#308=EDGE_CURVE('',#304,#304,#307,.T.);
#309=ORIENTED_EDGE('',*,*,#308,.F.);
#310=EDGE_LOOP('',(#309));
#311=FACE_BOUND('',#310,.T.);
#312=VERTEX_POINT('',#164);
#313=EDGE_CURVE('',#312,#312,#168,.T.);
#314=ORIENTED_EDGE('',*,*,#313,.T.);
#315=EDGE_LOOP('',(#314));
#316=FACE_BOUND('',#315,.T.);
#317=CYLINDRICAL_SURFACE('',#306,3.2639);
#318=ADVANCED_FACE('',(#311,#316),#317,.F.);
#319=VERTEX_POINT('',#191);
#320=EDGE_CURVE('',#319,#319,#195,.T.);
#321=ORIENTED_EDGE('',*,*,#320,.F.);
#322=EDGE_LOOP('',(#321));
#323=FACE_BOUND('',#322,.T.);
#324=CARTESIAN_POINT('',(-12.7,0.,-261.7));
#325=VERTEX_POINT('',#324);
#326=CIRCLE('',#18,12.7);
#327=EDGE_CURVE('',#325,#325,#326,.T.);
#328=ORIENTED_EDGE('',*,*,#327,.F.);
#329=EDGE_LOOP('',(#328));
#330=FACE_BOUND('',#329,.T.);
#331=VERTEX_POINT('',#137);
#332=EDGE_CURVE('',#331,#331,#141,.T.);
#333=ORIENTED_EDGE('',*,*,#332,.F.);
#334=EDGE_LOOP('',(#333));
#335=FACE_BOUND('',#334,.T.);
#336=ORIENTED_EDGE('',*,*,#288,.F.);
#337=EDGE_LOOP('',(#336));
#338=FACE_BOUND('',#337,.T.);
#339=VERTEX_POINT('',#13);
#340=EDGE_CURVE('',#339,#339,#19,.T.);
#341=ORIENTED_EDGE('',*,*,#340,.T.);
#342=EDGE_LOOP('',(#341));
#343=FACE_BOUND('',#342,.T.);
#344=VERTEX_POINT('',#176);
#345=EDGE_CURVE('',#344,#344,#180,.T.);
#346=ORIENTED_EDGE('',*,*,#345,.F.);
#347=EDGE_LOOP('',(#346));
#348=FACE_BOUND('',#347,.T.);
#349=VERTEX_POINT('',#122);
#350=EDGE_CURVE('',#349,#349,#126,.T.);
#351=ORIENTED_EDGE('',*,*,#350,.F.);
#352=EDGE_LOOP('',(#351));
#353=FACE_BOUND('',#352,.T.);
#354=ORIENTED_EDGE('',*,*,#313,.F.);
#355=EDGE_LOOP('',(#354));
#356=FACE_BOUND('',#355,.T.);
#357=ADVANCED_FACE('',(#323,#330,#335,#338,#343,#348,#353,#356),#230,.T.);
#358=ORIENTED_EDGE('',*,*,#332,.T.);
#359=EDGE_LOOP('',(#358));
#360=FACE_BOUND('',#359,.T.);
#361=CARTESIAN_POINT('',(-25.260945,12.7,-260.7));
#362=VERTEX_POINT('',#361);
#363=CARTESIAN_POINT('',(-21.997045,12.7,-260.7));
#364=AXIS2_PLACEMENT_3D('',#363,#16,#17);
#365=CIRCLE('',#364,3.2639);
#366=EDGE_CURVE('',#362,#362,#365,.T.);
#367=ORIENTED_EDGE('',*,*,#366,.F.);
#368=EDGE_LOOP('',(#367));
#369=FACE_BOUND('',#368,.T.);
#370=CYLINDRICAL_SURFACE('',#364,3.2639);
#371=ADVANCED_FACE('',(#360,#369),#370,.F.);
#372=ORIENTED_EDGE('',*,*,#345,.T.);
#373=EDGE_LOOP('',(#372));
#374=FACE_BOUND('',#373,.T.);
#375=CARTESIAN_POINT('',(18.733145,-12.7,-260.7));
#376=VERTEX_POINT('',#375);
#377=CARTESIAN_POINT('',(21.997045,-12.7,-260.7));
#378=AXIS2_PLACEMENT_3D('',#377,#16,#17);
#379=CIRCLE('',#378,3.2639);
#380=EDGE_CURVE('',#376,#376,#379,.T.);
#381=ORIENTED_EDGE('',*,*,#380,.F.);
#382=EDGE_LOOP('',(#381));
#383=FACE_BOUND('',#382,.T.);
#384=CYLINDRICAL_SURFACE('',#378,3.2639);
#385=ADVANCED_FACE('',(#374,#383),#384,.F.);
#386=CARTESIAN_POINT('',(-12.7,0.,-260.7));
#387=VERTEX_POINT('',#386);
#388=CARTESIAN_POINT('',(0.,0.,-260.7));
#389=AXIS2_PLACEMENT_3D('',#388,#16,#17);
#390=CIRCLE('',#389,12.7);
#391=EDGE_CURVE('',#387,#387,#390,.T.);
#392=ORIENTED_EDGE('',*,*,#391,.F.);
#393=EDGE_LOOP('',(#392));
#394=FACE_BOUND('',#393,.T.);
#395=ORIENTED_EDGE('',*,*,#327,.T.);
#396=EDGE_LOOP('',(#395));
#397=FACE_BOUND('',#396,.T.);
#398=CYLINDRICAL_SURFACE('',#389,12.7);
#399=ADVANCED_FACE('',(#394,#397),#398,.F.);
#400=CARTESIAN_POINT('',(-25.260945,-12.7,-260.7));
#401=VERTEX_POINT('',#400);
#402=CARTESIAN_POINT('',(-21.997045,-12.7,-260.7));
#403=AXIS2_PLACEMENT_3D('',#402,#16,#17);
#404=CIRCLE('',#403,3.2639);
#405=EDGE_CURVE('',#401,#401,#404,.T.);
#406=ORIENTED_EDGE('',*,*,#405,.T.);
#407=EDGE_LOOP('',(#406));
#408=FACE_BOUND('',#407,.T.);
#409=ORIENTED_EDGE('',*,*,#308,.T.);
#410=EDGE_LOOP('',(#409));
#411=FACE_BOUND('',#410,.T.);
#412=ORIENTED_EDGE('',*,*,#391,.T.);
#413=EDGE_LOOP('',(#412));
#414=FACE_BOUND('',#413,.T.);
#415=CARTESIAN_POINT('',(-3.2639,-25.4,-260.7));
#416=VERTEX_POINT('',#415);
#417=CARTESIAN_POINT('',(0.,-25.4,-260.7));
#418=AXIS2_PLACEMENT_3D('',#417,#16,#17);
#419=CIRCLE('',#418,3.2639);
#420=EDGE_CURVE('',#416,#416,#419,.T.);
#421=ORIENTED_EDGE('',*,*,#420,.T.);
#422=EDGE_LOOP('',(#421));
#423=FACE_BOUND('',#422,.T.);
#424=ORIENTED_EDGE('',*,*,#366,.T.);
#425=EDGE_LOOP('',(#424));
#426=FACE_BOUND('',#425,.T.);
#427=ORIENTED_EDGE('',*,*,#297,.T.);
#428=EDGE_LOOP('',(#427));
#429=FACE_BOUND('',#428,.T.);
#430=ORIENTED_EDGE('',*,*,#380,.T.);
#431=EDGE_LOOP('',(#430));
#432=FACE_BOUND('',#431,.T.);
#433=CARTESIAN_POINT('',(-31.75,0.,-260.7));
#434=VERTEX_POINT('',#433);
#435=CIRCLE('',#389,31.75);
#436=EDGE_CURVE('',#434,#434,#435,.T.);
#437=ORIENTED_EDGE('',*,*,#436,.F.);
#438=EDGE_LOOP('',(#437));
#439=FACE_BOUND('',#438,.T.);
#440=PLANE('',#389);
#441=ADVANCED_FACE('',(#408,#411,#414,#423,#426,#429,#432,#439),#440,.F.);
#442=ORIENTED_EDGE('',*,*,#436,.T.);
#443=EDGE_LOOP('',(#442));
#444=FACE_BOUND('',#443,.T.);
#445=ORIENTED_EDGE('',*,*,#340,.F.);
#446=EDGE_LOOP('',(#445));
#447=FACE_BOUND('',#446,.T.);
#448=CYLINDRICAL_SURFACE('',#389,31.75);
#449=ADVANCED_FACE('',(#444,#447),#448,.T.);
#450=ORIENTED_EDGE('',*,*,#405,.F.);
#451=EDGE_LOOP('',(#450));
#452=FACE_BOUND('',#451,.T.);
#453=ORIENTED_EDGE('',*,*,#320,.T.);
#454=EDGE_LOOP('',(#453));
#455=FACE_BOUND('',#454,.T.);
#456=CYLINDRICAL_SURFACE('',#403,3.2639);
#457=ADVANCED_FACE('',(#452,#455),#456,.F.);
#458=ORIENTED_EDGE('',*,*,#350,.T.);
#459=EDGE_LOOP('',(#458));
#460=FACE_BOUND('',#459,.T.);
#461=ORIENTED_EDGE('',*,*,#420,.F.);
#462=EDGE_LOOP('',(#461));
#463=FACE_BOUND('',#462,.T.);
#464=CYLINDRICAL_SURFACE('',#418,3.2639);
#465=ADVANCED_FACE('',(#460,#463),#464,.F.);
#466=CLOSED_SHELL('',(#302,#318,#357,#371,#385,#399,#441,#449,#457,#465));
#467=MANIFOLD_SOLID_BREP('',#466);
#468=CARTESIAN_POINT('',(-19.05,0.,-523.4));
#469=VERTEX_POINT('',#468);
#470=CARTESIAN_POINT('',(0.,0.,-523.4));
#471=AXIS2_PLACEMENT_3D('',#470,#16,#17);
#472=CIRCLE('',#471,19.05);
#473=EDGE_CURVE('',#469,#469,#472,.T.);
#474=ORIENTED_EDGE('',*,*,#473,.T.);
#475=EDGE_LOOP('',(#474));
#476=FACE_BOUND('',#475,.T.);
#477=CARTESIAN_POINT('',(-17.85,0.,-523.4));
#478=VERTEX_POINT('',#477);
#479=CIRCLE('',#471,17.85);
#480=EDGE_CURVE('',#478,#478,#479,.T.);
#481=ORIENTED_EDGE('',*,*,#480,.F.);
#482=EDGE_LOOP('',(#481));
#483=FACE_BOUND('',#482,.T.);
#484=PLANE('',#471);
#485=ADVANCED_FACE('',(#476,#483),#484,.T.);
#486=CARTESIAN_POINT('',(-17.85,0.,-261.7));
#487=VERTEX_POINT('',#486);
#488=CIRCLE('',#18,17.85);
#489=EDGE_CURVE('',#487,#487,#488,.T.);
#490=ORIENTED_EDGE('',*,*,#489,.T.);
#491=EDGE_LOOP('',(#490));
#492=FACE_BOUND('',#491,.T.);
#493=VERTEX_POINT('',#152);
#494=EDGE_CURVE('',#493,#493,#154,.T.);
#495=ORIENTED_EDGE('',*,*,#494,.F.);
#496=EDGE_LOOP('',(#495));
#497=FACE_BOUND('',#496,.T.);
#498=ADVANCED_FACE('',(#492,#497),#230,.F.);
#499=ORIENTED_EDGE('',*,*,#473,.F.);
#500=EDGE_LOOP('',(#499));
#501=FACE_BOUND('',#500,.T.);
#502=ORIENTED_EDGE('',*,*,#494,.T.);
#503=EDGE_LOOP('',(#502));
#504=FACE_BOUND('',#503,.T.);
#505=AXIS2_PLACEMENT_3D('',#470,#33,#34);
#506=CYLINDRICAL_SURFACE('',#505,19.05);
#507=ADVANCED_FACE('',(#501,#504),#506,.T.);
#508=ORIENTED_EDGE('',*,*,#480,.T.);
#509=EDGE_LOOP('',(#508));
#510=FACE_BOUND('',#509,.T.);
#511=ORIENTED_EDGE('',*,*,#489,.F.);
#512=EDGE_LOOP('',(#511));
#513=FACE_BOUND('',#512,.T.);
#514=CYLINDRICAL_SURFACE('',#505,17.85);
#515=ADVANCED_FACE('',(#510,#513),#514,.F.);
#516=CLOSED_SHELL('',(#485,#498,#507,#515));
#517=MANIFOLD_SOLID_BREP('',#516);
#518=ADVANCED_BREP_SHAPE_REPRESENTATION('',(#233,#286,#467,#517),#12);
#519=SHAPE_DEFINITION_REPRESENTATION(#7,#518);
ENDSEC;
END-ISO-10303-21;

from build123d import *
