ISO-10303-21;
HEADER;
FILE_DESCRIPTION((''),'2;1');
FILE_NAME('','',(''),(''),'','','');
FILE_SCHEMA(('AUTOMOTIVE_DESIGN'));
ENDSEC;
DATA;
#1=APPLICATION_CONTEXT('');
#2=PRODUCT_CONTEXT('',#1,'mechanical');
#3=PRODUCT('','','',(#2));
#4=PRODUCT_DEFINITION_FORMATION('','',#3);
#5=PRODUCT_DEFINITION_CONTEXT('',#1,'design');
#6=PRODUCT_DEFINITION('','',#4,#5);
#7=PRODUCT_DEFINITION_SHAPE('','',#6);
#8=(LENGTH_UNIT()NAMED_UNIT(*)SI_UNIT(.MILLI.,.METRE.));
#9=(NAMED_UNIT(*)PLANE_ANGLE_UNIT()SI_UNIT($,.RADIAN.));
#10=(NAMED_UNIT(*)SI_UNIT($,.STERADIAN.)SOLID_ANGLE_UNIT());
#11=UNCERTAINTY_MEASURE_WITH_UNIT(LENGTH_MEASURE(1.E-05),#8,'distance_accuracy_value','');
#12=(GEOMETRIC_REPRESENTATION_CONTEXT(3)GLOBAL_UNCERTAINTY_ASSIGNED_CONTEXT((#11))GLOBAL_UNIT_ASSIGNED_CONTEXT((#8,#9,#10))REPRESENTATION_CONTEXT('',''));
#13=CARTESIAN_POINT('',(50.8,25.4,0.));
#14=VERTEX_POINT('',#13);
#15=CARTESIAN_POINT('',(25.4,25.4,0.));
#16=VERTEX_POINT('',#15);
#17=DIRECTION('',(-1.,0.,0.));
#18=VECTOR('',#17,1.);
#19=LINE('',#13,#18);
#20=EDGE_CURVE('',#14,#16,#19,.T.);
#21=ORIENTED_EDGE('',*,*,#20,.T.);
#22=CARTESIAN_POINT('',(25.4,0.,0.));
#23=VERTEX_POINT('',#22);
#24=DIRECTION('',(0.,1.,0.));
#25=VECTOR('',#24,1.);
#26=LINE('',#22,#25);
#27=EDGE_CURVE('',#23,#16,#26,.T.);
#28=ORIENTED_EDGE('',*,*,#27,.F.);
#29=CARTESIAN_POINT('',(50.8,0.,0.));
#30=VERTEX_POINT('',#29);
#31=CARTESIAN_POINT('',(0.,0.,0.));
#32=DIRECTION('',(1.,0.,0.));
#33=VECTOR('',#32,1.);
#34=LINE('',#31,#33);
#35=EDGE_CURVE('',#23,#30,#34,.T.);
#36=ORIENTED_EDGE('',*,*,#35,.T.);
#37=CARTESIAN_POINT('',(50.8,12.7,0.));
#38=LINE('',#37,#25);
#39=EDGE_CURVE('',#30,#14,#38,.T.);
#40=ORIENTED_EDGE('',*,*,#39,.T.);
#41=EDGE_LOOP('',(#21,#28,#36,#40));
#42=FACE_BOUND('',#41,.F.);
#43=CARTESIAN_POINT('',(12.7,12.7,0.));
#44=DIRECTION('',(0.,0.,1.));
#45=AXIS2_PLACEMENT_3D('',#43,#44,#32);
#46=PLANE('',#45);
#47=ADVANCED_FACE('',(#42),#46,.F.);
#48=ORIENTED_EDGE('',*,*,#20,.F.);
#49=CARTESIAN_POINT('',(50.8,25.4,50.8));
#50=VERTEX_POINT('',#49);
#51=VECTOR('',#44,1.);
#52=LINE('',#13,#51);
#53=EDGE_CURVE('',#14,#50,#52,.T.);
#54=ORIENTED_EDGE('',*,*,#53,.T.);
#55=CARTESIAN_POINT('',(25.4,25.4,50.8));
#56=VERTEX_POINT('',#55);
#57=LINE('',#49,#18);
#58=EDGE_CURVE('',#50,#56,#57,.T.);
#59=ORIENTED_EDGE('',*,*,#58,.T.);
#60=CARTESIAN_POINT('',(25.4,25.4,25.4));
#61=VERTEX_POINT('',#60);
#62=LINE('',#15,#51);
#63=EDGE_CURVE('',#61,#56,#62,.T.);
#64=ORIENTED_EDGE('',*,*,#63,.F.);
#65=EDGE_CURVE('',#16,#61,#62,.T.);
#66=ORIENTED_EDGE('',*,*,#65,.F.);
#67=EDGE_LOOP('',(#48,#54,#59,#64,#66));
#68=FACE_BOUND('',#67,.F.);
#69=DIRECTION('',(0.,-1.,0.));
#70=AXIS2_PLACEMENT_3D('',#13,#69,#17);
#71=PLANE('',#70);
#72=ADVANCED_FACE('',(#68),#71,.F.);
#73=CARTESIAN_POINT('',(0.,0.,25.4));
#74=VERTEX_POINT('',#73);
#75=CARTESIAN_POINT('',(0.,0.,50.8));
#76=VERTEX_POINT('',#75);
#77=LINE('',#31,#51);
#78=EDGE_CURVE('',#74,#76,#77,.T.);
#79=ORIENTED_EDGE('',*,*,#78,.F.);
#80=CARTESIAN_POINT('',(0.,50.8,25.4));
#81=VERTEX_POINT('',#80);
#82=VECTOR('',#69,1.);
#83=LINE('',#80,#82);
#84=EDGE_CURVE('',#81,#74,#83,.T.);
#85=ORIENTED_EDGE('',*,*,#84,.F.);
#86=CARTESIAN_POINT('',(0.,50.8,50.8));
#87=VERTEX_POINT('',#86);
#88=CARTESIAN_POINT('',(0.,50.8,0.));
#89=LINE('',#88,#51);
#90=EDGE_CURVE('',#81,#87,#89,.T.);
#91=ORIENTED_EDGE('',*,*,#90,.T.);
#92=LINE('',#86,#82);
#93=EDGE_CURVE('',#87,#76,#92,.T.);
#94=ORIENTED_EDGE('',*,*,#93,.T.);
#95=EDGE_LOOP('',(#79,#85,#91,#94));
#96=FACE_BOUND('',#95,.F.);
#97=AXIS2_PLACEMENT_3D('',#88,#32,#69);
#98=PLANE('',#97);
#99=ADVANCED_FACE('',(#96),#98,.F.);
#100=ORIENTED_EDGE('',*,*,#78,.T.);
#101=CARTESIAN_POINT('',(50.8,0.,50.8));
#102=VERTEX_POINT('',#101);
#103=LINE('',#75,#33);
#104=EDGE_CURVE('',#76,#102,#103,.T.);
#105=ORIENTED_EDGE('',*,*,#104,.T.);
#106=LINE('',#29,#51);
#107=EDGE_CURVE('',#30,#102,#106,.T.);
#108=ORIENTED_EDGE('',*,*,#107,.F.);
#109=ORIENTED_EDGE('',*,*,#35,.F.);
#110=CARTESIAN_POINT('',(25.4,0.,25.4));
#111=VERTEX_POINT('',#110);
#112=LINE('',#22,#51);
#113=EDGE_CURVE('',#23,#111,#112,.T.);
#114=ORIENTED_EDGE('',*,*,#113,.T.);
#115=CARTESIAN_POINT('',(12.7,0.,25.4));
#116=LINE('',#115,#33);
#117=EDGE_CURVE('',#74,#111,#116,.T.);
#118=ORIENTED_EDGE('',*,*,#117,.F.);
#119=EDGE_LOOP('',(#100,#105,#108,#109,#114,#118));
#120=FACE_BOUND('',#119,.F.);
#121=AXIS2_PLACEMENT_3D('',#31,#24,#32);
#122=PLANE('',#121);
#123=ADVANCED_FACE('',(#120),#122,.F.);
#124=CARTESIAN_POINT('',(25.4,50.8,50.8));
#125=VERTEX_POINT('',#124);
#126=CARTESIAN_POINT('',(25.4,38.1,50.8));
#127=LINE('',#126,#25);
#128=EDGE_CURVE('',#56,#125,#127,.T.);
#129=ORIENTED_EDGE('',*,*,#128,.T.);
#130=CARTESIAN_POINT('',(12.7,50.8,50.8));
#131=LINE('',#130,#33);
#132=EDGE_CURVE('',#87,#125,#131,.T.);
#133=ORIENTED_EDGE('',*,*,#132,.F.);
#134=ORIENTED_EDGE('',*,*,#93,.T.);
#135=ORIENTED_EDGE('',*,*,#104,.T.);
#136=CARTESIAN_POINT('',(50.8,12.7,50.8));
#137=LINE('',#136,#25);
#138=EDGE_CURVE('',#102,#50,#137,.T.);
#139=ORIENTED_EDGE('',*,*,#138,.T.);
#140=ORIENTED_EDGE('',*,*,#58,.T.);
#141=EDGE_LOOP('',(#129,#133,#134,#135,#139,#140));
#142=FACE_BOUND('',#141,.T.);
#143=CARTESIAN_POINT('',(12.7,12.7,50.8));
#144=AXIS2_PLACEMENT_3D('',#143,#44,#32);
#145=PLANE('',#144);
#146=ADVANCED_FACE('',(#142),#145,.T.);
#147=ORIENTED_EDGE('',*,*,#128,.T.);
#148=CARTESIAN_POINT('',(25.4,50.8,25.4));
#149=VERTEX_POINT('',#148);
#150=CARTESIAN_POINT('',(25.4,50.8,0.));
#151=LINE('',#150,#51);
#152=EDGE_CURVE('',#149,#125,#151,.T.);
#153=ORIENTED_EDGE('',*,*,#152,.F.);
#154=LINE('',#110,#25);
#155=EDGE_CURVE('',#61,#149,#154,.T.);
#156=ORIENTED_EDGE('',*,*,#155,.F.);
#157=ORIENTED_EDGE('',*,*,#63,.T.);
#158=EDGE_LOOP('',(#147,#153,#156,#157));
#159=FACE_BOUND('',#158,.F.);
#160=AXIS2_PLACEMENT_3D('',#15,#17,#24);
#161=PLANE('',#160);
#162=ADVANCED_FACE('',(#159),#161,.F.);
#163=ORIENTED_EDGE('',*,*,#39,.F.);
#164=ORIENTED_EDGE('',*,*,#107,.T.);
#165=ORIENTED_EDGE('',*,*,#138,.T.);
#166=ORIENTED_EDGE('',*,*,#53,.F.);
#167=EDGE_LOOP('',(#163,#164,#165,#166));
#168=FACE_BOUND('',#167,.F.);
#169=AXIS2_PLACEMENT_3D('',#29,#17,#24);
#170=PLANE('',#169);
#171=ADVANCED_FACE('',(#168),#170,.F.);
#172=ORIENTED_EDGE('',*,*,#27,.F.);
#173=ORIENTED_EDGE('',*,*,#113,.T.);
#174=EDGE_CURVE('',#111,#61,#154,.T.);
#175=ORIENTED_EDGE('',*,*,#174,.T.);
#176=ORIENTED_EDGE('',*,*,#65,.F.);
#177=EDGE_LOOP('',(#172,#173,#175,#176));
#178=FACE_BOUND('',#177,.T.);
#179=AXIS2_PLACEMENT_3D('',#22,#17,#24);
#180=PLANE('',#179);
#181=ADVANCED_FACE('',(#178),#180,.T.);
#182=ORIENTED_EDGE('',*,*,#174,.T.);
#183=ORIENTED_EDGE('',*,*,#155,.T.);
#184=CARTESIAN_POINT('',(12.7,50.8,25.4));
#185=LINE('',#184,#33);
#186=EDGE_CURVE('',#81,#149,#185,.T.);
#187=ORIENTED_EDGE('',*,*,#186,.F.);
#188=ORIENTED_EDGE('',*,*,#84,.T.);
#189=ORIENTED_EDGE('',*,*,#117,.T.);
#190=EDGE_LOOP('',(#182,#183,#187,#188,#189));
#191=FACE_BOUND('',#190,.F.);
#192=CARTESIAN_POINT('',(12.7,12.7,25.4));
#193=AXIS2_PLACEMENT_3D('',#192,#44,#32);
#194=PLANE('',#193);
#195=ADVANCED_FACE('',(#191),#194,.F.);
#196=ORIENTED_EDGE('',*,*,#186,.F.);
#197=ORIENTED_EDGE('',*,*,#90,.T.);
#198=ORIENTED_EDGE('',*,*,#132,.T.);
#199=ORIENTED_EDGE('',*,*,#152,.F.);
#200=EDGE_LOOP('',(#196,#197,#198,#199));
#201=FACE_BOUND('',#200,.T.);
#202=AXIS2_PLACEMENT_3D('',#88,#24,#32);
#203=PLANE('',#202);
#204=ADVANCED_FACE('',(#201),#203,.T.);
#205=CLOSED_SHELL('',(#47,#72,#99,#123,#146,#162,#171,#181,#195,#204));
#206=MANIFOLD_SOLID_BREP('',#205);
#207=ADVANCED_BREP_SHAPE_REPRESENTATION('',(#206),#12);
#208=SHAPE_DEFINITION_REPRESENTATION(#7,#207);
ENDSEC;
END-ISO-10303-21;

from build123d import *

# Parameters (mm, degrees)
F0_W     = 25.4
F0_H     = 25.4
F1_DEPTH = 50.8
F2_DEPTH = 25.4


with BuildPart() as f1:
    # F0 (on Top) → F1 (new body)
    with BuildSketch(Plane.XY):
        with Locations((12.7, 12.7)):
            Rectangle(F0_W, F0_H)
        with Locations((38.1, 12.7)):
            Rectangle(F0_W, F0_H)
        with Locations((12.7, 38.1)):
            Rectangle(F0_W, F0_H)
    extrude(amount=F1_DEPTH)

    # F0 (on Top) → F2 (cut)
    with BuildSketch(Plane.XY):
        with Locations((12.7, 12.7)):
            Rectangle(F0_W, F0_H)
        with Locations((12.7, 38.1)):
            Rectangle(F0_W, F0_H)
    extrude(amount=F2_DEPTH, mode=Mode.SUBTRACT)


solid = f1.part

Problem requirements :: From the entries above, return exactly the line containing "#16=VERTEX_POINT('',#15);", the line containing "#26=LINE('',#22,#25);", and all lines between, and nothing else.

Solution to the exercise ::
#16=VERTEX_POINT('',#15);
#17=DIRECTION('',(-1.,0.,0.));
#18=VECTOR('',#17,1.);
#19=LINE('',#13,#18);
#20=EDGE_CURVE('',#14,#16,#19,.T.);
#21=ORIENTED_EDGE('',*,*,#20,.T.);
#22=CARTESIAN_POINT('',(25.4,0.,0.));
#23=VERTEX_POINT('',#22);
#24=DIRECTION('',(0.,1.,0.));
#25=VECTOR('',#24,1.);
#26=LINE('',#22,#25);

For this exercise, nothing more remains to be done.